_Instructions for the task_
Below are the entries. Transcribe exactly the lines from the one with "#55=ORIENTED_EDGE('',*,*,#35,.F.);" through the one with "#69=LINE('',#43,#68);", ends included, and leave out all others.

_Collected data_
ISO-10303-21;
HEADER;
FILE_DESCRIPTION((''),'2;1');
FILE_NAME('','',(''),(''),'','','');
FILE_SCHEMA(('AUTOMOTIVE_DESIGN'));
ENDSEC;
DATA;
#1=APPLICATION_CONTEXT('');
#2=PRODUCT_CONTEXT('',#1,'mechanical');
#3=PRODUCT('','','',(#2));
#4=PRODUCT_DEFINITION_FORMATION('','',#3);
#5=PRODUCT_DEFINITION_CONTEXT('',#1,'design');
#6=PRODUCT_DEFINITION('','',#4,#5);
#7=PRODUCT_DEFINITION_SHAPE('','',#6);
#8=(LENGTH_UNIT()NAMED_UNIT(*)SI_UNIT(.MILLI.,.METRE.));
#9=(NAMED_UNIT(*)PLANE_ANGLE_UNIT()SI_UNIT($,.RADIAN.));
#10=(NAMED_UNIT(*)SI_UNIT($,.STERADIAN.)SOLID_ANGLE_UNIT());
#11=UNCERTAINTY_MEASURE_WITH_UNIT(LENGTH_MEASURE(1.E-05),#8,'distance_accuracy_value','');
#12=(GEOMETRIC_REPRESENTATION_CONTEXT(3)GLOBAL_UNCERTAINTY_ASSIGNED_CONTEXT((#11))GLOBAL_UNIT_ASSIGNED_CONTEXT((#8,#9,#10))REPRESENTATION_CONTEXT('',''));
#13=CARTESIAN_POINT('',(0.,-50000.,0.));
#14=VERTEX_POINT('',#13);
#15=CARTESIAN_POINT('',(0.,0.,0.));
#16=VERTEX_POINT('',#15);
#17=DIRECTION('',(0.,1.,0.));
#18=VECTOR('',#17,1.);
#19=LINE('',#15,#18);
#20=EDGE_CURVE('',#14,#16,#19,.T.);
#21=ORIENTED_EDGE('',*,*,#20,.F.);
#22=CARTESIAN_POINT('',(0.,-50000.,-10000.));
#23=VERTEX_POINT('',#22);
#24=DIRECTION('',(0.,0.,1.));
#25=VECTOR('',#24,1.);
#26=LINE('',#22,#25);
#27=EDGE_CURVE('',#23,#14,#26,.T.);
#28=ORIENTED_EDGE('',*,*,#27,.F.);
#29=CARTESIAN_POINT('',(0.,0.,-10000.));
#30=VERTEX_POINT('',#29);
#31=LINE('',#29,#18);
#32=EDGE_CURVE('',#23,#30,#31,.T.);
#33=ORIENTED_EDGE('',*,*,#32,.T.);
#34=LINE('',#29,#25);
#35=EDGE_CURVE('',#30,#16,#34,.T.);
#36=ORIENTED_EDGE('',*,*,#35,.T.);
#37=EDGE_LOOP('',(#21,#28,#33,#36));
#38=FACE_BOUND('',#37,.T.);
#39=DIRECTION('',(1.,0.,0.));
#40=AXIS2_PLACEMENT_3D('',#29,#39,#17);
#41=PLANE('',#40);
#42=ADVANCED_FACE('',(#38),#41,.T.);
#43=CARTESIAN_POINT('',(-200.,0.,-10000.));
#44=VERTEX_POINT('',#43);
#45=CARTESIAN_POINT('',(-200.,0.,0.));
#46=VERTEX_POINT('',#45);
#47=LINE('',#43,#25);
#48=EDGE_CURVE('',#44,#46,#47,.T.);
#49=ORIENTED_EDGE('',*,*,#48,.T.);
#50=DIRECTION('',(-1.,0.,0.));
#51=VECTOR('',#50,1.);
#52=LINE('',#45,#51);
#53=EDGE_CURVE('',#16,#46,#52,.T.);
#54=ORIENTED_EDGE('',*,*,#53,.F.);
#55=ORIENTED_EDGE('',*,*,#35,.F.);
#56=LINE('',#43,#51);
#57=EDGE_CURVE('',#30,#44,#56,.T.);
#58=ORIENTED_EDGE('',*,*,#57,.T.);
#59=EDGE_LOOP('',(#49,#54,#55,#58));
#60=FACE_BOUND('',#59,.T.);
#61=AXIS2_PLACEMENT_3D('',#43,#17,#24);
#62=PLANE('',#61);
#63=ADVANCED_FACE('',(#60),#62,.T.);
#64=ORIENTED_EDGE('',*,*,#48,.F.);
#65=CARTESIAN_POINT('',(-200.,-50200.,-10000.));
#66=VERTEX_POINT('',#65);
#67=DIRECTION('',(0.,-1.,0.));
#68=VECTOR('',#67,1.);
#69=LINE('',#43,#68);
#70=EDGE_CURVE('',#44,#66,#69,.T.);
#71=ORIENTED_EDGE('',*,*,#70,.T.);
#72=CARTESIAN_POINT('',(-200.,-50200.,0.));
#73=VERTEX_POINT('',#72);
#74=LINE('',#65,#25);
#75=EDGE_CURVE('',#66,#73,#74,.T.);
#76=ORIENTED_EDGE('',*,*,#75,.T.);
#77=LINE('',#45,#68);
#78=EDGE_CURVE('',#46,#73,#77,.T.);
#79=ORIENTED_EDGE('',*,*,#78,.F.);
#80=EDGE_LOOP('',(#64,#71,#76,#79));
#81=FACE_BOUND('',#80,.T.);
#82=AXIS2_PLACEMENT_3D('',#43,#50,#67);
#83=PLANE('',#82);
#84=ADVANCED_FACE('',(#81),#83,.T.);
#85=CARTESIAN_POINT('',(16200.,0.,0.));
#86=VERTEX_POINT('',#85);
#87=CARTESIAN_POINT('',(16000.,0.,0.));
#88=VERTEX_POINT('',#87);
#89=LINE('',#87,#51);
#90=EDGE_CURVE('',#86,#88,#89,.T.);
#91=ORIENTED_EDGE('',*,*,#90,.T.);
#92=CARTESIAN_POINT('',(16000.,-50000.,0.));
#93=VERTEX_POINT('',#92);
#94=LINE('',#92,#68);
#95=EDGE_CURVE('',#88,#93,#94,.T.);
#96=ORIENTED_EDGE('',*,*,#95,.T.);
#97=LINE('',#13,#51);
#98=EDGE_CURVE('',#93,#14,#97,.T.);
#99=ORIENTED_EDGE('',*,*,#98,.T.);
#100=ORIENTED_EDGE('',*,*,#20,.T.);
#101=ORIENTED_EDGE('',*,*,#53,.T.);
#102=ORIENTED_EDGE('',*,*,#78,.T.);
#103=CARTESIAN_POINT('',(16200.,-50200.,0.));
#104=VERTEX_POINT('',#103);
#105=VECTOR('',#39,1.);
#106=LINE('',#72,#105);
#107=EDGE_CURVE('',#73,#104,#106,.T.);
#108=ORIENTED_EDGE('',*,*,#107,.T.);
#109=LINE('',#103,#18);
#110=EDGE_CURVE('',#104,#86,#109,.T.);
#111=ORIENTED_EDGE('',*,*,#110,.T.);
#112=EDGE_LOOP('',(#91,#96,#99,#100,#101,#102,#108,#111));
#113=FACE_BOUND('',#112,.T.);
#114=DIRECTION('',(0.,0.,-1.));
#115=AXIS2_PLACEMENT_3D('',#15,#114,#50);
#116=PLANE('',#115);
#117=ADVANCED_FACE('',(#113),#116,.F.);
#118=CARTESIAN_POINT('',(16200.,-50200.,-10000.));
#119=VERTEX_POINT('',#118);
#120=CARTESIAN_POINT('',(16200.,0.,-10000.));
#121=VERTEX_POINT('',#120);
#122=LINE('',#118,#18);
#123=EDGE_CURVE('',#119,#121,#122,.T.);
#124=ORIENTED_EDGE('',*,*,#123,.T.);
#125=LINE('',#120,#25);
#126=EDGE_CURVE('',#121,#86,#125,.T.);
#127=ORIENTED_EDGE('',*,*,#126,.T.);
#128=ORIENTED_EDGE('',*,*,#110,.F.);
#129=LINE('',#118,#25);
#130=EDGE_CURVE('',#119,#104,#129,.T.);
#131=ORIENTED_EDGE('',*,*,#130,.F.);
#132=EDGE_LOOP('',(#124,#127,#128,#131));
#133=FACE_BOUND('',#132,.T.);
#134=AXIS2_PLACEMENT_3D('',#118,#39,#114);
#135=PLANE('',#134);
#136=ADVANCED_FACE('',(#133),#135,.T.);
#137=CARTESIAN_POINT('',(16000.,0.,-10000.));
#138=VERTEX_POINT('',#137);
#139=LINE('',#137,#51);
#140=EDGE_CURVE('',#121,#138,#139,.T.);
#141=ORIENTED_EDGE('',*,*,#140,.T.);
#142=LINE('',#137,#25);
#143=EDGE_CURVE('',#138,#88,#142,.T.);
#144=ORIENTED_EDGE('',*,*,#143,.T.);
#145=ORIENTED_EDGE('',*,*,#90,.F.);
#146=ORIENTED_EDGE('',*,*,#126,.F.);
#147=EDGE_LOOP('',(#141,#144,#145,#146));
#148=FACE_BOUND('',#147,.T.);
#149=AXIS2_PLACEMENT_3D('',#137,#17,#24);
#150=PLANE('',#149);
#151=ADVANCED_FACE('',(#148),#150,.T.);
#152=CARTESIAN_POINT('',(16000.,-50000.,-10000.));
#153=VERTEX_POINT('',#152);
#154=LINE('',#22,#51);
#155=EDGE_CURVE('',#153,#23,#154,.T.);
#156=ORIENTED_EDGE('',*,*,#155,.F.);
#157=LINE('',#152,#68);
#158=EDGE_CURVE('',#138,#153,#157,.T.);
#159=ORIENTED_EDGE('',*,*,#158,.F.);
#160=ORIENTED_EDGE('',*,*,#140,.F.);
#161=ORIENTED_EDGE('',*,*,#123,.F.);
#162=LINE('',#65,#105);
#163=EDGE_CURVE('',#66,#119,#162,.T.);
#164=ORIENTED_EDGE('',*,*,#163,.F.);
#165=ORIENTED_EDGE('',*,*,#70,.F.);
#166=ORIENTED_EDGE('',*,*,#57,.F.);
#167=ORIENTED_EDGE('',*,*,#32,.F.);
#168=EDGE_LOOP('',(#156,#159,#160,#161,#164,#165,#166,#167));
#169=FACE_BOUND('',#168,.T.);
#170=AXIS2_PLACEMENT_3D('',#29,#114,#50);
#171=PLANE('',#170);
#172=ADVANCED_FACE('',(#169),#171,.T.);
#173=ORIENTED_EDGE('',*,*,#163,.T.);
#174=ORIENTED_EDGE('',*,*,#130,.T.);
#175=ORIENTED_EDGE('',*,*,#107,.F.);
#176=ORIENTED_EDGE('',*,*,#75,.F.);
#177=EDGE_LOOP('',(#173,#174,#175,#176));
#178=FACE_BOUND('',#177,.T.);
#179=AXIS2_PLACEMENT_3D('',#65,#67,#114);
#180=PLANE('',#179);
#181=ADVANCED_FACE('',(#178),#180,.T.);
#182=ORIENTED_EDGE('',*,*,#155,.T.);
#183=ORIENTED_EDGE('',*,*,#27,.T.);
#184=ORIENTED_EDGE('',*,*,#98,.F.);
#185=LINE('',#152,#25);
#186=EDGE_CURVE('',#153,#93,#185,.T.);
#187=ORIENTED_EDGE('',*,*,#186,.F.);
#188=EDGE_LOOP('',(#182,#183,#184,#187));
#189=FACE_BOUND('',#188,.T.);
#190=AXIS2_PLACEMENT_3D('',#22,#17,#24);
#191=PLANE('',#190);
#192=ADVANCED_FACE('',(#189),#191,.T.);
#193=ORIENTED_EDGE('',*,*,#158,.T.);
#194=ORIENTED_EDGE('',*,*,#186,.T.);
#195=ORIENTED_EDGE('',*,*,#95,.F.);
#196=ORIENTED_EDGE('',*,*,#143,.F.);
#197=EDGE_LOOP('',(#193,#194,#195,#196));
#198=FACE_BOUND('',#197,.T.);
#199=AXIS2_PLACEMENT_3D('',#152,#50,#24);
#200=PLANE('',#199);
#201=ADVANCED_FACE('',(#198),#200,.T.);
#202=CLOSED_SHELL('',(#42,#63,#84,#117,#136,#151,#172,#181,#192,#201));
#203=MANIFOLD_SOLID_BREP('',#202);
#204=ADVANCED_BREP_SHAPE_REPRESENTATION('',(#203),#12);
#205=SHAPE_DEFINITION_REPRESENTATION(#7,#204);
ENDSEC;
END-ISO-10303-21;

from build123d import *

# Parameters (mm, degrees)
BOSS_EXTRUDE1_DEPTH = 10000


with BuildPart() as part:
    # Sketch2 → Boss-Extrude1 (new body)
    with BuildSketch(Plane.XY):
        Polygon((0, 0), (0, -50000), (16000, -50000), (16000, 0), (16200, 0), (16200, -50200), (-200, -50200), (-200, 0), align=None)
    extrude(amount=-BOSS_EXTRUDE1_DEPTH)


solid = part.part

_Response_
#55=ORIENTED_EDGE('',*,*,#35,.F.);
#56=LINE('',#43,#51);
#57=EDGE_CURVE('',#30,#44,#56,.T.);
#58=ORIENTED_EDGE('',*,*,#57,.T.);
#59=EDGE_LOOP('',(#49,#54,#55,#58));
#60=FACE_BOUND('',#59,.T.);
#61=AXIS2_PLACEMENT_3D('',#43,#17,#24);
#62=PLANE('',#61);
#63=ADVANCED_FACE('',(#60),#62,.T.);
#64=ORIENTED_EDGE('',*,*,#48,.F.);
#65=CARTESIAN_POINT('',(-200.,-50200.,-10000.));
#66=VERTEX_POINT('',#65);
#67=DIRECTION('',(0.,-1.,0.));
#68=VECTOR('',#67,1.);
#69=LINE('',#43,#68);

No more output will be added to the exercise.